### EXERCISE REQUIREMENTS
With the material below, print exactly the lines between the line holding "# 草圖1 → 填料-伸長1 (new body)" and the line holding "# FreeCAD 1.0 macro for this part", inclusive. Add nothing else.

### DATA FOR THIS TASK
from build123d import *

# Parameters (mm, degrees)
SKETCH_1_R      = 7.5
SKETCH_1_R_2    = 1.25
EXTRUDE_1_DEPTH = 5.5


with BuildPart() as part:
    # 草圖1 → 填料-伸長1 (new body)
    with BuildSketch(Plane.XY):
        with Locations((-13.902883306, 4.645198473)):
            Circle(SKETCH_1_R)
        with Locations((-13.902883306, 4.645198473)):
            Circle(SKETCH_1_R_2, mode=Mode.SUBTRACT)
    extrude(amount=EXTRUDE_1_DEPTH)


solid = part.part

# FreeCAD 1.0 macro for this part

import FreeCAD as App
import Part
import Sketcher
from FreeCAD import Vector

doc = App.newDocument("Part")
body = doc.addObject("PartDesign::Body", "Body")

sketch1 = body.newObject("Sketcher::SketchObject", "Sketch")
sketch1.AttachmentSupport = (doc.getObject("XY_Plane"), [""])
sketch1.MapMode = "FlatFace"
sketch1.addGeometry([
    Part.Circle(Vector(-13.9, 4.6, 0), Vector(0, 0, 1), 7.5),
    Part.Circle(Vector(-13.9, 4.6, 0), Vector(0, 0, 1), 1.2),
], False)
sketch1.addConstraint([
    Sketcher.Constraint("Coincident", 1, 3, 0, 3),
    Sketcher.Constraint("Diameter", 0, 15.0),
    Sketcher.Constraint("Diameter", 1, 2.5),
    Sketcher.Constraint("DistanceY", -1, 1, 0, 3, 4.645198),
    Sketcher.Constraint("DistanceX", 0, 3, -1, 1, 13.902883),
])
pad1 = body.newObject("PartDesign::Pad", "Pad")
pad1.Profile = sketch1
pad1.Length = 5.5

doc.recompute()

### OUTPUT OF THE TASK
    # 草圖1 → 填料-伸長1 (new body)
    with BuildSketch(Plane.XY):
        with Locations((-13.902883306, 4.645198473)):
            Circle(SKETCH_1_R)
        with Locations((-13.902883306, 4.645198473)):
            Circle(SKETCH_1_R_2, mode=Mode.SUBTRACT)
    extrude(amount=EXTRUDE_1_DEPTH)


solid = part.part

# FreeCAD 1.0 macro for this part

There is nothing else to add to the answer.